** Source information follows **

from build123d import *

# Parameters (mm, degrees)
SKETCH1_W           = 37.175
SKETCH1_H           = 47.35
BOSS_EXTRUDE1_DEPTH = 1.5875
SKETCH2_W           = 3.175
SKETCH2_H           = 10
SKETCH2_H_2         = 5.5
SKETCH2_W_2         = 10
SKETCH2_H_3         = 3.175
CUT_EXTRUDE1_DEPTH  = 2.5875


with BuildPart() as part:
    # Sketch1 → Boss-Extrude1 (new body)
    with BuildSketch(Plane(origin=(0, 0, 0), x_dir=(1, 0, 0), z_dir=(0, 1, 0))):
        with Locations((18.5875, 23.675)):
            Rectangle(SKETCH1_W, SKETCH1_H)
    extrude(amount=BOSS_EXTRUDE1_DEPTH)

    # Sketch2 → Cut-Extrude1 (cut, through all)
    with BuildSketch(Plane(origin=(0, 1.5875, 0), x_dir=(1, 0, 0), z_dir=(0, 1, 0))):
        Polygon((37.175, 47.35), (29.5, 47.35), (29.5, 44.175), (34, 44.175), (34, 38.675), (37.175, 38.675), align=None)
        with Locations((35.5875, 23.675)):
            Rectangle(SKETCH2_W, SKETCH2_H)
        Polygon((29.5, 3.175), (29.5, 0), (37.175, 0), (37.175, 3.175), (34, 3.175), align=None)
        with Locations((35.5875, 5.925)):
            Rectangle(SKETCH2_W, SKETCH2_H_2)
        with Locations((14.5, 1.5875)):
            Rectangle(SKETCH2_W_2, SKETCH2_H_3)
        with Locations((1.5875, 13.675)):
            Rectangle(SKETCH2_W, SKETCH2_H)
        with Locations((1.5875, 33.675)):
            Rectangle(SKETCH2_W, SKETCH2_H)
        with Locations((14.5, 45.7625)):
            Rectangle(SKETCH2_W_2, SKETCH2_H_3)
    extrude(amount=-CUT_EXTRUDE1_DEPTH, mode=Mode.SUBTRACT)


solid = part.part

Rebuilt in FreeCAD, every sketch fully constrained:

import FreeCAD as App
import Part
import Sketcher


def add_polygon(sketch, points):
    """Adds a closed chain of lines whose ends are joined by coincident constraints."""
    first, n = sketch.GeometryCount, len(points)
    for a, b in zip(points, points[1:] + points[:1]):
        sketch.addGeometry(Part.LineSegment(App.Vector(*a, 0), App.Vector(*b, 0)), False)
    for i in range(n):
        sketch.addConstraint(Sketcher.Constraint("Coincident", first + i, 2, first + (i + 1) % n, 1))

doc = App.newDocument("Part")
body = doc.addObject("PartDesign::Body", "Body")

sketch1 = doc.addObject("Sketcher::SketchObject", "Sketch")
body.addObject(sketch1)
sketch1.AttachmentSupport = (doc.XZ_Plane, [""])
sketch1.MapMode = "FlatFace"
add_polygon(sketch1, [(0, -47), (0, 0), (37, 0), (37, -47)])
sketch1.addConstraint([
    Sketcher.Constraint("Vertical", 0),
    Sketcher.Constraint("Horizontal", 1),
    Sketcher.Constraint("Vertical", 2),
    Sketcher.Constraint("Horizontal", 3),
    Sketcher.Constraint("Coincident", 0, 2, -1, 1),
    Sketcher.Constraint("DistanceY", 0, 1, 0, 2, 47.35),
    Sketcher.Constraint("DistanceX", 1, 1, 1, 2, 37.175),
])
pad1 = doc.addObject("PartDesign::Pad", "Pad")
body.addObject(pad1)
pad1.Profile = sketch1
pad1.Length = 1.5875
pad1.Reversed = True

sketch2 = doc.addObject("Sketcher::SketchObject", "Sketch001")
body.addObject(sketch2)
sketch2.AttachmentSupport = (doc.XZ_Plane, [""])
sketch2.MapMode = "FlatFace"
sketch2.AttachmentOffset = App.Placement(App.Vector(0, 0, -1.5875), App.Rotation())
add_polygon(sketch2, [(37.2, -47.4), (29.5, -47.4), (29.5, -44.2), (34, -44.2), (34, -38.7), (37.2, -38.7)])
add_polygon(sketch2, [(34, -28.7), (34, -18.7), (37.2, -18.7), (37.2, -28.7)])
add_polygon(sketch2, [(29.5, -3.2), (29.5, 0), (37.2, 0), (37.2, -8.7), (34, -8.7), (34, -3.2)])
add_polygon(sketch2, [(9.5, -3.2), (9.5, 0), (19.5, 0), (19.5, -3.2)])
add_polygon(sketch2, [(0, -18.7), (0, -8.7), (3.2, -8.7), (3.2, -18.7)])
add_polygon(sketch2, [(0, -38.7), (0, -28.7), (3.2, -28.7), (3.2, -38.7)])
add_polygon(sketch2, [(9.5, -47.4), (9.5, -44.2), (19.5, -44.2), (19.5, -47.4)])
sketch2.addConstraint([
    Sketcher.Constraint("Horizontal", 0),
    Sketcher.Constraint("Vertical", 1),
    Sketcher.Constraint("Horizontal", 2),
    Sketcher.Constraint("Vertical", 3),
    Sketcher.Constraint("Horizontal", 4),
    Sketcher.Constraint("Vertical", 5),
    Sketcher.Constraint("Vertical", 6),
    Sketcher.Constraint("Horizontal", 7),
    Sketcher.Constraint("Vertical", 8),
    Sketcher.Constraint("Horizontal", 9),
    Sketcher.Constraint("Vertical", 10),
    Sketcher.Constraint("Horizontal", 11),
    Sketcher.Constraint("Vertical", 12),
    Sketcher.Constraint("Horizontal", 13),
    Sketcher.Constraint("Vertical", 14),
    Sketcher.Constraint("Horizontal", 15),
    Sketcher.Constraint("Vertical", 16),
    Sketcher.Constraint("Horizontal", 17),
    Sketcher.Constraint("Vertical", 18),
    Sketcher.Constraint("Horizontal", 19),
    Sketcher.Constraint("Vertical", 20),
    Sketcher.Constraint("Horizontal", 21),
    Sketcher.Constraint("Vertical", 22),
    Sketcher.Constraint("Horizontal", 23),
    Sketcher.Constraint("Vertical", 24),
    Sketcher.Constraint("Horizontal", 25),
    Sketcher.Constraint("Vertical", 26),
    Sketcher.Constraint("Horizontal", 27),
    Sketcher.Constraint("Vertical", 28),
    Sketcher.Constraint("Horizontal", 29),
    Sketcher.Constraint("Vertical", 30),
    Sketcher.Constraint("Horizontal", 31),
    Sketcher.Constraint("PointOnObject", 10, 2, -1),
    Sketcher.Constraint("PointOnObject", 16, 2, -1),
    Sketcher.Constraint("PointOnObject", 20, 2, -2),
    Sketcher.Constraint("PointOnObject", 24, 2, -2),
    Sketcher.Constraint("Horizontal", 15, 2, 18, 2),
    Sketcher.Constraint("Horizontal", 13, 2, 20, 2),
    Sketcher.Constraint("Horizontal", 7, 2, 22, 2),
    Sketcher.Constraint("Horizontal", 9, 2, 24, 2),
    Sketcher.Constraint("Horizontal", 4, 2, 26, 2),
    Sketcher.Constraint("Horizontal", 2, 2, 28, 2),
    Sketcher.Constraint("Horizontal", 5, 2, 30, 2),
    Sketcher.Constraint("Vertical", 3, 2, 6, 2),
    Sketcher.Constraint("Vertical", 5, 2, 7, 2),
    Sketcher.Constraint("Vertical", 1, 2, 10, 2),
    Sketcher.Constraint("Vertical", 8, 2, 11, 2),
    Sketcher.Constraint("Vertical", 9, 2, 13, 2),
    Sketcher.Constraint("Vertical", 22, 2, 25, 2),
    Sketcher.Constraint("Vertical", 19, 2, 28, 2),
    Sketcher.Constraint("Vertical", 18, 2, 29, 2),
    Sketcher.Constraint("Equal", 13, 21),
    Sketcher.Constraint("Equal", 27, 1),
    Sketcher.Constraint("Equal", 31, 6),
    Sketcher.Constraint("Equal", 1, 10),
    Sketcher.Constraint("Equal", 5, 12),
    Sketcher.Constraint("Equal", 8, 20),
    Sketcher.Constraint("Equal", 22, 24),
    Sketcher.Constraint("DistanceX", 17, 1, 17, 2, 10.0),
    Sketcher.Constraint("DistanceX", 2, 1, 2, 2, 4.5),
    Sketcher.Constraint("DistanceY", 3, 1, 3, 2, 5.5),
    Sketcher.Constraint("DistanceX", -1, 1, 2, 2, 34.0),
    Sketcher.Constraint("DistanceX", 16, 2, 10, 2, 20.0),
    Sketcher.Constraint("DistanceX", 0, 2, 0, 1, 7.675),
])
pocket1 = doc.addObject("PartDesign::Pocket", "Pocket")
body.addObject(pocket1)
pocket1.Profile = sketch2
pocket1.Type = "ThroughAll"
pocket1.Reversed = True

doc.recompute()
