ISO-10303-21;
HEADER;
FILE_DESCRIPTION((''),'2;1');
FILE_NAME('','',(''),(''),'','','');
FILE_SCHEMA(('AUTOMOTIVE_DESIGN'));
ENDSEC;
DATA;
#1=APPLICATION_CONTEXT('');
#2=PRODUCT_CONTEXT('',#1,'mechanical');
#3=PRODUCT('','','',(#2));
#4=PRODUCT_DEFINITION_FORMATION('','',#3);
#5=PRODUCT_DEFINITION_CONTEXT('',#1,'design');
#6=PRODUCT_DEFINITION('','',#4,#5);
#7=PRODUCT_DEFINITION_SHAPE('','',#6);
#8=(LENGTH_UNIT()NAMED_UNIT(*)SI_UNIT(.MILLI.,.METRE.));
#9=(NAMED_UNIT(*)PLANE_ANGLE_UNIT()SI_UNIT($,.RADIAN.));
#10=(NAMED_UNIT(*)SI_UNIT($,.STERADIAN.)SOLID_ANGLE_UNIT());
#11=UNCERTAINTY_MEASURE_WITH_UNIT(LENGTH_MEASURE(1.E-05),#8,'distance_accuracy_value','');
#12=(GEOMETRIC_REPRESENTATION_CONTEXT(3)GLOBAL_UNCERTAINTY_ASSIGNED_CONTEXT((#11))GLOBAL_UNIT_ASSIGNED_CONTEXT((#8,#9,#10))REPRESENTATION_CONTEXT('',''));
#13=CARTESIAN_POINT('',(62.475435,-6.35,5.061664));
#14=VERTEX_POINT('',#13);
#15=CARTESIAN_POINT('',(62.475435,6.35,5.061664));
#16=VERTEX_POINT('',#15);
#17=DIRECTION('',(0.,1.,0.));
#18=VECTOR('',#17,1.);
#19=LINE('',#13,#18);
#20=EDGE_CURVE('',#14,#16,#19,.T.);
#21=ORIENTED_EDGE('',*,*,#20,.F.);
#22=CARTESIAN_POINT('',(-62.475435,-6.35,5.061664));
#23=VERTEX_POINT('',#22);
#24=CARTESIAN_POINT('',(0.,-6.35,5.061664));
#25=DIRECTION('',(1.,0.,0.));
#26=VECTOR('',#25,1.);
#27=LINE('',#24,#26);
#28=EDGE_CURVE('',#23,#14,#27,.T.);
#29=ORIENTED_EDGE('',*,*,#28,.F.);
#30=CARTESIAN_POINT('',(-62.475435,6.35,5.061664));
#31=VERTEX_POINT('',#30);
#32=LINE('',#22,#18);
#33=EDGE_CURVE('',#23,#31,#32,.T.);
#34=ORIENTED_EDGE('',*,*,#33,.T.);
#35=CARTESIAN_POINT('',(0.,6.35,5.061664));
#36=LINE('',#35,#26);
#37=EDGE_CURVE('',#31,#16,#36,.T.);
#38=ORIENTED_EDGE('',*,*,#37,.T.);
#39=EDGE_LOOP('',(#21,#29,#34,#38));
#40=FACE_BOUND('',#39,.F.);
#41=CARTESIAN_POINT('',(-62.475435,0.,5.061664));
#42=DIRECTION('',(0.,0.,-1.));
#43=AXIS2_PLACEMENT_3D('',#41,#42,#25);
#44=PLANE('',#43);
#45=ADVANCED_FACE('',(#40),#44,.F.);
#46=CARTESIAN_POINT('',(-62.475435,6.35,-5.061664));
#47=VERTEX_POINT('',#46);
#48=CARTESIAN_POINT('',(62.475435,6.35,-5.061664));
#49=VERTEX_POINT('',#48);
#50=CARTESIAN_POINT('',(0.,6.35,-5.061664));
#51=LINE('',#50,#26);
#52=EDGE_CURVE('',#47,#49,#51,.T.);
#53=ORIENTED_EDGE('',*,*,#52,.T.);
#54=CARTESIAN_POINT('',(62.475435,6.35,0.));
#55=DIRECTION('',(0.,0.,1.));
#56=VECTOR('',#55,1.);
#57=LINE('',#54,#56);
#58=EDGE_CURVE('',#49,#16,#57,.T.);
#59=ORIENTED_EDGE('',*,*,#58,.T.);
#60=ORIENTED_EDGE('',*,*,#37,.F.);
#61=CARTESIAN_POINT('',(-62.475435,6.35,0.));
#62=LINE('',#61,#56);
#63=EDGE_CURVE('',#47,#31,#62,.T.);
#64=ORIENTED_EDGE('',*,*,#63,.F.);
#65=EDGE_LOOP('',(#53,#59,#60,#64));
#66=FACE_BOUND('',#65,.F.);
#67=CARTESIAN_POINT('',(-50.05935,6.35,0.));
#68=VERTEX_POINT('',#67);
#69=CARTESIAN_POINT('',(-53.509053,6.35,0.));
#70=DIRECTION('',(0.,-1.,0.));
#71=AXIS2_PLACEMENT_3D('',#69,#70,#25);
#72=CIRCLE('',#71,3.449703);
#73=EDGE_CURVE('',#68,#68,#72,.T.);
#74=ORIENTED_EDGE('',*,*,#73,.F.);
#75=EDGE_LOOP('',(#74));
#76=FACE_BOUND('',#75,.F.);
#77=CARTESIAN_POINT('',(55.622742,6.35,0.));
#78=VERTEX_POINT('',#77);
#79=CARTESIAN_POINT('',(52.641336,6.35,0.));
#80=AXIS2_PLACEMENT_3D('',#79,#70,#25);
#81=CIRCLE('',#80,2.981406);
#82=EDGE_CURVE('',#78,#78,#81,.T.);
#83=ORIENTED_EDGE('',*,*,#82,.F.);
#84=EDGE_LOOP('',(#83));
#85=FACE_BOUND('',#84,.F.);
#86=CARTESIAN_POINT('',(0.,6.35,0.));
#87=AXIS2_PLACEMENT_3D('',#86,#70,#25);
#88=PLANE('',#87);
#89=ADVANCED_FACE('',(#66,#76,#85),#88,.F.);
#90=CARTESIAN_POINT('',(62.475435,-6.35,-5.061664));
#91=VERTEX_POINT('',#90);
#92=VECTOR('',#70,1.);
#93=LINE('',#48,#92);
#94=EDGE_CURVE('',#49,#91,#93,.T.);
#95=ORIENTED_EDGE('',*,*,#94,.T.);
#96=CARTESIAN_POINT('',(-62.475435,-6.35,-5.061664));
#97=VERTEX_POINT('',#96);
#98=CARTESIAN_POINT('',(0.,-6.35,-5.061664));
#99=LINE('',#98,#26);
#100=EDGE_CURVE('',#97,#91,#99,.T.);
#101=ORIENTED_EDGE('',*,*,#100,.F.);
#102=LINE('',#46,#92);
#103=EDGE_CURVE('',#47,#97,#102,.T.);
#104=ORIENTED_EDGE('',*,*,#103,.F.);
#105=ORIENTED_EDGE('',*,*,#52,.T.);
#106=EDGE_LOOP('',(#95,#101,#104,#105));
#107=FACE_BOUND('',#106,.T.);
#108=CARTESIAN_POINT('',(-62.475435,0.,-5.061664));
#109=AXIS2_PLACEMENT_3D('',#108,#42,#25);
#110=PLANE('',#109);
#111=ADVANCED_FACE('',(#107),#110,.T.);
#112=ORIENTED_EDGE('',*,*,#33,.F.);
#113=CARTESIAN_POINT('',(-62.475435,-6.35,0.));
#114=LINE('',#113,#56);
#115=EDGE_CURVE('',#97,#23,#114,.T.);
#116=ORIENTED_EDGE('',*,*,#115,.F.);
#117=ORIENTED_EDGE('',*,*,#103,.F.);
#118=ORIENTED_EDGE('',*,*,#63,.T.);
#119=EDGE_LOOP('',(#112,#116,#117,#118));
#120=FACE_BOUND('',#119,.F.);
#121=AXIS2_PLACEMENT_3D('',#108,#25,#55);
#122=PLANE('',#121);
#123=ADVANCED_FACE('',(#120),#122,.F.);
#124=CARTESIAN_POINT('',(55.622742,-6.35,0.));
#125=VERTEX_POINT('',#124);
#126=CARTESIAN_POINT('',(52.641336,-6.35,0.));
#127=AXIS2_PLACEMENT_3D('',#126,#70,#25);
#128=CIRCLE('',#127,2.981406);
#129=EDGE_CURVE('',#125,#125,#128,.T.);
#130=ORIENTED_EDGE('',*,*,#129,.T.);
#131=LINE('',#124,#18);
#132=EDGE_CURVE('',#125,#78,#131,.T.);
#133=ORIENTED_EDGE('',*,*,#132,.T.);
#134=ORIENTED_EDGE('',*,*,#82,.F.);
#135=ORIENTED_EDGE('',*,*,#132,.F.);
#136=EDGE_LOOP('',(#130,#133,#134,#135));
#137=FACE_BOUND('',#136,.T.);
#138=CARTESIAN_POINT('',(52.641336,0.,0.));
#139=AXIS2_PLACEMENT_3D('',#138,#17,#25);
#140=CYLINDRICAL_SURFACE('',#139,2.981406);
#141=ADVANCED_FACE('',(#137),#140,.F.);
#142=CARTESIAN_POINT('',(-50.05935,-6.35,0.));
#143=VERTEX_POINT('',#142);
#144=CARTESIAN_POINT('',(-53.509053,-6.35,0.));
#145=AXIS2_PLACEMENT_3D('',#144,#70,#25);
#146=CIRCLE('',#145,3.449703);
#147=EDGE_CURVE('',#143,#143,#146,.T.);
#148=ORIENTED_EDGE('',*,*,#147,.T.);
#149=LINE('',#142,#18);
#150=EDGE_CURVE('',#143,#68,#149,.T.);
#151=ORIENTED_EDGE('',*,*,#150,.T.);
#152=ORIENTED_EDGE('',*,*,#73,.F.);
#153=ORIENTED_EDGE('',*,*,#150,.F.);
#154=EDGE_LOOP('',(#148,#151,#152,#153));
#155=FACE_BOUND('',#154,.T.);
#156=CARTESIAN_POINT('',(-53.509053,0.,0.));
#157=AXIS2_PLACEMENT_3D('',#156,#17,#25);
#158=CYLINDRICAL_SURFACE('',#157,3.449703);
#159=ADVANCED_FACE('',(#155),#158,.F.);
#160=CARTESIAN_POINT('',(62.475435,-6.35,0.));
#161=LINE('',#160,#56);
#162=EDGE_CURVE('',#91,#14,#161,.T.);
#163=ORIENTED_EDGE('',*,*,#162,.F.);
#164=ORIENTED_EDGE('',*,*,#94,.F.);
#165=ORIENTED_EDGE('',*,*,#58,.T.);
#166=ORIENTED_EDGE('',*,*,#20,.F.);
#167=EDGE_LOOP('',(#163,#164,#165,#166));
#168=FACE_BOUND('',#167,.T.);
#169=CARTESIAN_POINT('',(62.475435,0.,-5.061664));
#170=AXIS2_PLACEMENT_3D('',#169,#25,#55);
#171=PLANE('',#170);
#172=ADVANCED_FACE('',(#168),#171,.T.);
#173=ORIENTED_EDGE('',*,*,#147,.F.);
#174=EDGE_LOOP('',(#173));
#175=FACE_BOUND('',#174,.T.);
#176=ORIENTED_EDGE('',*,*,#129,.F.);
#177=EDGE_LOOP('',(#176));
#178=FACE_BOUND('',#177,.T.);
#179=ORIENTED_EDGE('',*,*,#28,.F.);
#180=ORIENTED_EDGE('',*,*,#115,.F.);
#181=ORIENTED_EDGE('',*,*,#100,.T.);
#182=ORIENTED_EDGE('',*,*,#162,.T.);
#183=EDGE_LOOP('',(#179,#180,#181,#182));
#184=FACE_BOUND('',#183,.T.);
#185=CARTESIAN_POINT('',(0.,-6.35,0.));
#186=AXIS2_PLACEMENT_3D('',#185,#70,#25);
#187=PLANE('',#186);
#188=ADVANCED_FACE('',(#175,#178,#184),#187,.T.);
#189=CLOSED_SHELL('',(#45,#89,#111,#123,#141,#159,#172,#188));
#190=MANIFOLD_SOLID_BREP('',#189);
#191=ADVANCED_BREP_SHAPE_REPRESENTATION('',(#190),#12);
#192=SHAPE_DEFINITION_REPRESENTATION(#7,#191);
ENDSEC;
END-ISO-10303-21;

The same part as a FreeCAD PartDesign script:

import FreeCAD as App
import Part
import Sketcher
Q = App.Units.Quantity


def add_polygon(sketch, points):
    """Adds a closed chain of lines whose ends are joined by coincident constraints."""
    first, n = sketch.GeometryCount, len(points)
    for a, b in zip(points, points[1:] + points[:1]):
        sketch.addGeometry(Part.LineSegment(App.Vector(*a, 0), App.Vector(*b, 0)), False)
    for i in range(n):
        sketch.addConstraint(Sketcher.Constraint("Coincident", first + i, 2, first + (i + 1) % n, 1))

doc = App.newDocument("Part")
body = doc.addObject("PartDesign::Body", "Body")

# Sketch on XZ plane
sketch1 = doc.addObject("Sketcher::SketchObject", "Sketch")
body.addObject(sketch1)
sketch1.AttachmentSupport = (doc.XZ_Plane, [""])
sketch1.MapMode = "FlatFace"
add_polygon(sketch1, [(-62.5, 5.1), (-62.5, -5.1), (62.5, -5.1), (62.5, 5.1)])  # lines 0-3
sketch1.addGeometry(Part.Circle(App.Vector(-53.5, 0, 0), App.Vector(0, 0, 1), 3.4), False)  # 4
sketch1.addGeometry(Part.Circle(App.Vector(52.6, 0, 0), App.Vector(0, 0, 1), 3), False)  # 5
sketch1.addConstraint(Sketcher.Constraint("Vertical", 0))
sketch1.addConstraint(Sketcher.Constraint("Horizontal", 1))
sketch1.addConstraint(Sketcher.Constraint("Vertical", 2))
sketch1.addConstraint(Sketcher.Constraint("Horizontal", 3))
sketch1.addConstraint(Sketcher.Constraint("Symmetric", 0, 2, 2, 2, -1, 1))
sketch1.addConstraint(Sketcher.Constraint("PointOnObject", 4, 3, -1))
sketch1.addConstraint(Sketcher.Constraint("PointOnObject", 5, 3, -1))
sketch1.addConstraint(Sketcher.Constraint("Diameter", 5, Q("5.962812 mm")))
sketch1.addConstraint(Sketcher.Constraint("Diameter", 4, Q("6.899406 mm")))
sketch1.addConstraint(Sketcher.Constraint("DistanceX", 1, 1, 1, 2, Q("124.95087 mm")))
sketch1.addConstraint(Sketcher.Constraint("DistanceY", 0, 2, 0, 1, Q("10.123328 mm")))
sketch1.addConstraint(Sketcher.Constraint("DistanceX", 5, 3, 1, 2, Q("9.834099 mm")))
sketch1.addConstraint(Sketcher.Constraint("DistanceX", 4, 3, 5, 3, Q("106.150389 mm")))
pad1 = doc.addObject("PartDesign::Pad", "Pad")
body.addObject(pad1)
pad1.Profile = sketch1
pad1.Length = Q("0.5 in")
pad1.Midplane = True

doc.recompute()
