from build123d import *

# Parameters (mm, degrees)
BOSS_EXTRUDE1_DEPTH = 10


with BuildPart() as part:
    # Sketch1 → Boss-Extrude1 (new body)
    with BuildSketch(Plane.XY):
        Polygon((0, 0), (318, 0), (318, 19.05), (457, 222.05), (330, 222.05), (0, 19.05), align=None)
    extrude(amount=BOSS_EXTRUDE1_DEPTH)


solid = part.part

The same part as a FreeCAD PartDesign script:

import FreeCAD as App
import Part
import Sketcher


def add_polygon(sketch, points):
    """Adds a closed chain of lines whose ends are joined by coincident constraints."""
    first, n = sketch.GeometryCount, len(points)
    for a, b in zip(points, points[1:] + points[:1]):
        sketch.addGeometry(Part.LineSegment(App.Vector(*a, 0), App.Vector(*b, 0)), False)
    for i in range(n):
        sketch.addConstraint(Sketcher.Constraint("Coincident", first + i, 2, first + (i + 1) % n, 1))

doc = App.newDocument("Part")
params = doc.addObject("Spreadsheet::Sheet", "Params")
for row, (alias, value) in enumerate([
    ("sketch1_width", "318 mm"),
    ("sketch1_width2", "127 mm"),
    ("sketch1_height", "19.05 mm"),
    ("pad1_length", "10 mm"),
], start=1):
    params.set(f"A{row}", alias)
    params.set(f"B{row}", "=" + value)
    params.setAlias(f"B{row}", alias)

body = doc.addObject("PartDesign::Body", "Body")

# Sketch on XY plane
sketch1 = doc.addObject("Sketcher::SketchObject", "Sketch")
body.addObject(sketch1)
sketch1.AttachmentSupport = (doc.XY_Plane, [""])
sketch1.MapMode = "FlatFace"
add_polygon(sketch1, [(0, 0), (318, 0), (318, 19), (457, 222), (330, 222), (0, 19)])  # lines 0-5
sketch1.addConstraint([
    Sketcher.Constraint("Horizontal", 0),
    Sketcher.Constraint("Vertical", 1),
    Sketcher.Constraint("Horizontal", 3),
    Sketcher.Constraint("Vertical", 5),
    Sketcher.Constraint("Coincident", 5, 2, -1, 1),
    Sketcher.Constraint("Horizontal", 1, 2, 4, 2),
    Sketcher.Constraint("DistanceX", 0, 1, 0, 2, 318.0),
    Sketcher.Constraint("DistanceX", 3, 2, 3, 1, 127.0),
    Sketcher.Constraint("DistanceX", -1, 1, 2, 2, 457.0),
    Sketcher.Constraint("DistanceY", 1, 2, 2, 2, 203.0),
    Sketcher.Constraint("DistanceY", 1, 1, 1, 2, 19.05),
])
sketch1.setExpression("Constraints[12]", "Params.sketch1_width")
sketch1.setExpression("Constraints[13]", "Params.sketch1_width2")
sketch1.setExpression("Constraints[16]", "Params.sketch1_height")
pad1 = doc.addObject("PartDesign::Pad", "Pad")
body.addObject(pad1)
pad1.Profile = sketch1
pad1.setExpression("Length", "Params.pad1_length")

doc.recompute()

** End of Source information **

Aim of the exercise
Above are some records; copy exactly the lines from the one with "#96=CARTESIAN_POINT('',(-62.475435,-6.35,-5.061664));" through the one with "#103=EDGE_CURVE('',#47,#97,#102,.T.);", both included, and no others.

Solution for this exercise
#96=CARTESIAN_POINT('',(-62.475435,-6.35,-5.061664));
#97=VERTEX_POINT('',#96);
#98=CARTESIAN_POINT('',(0.,-6.35,-5.061664));
#99=LINE('',#98,#26);
#100=EDGE_CURVE('',#97,#91,#99,.T.);
#101=ORIENTED_EDGE('',*,*,#100,.F.);
#102=LINE('',#46,#92);
#103=EDGE_CURVE('',#47,#97,#102,.T.);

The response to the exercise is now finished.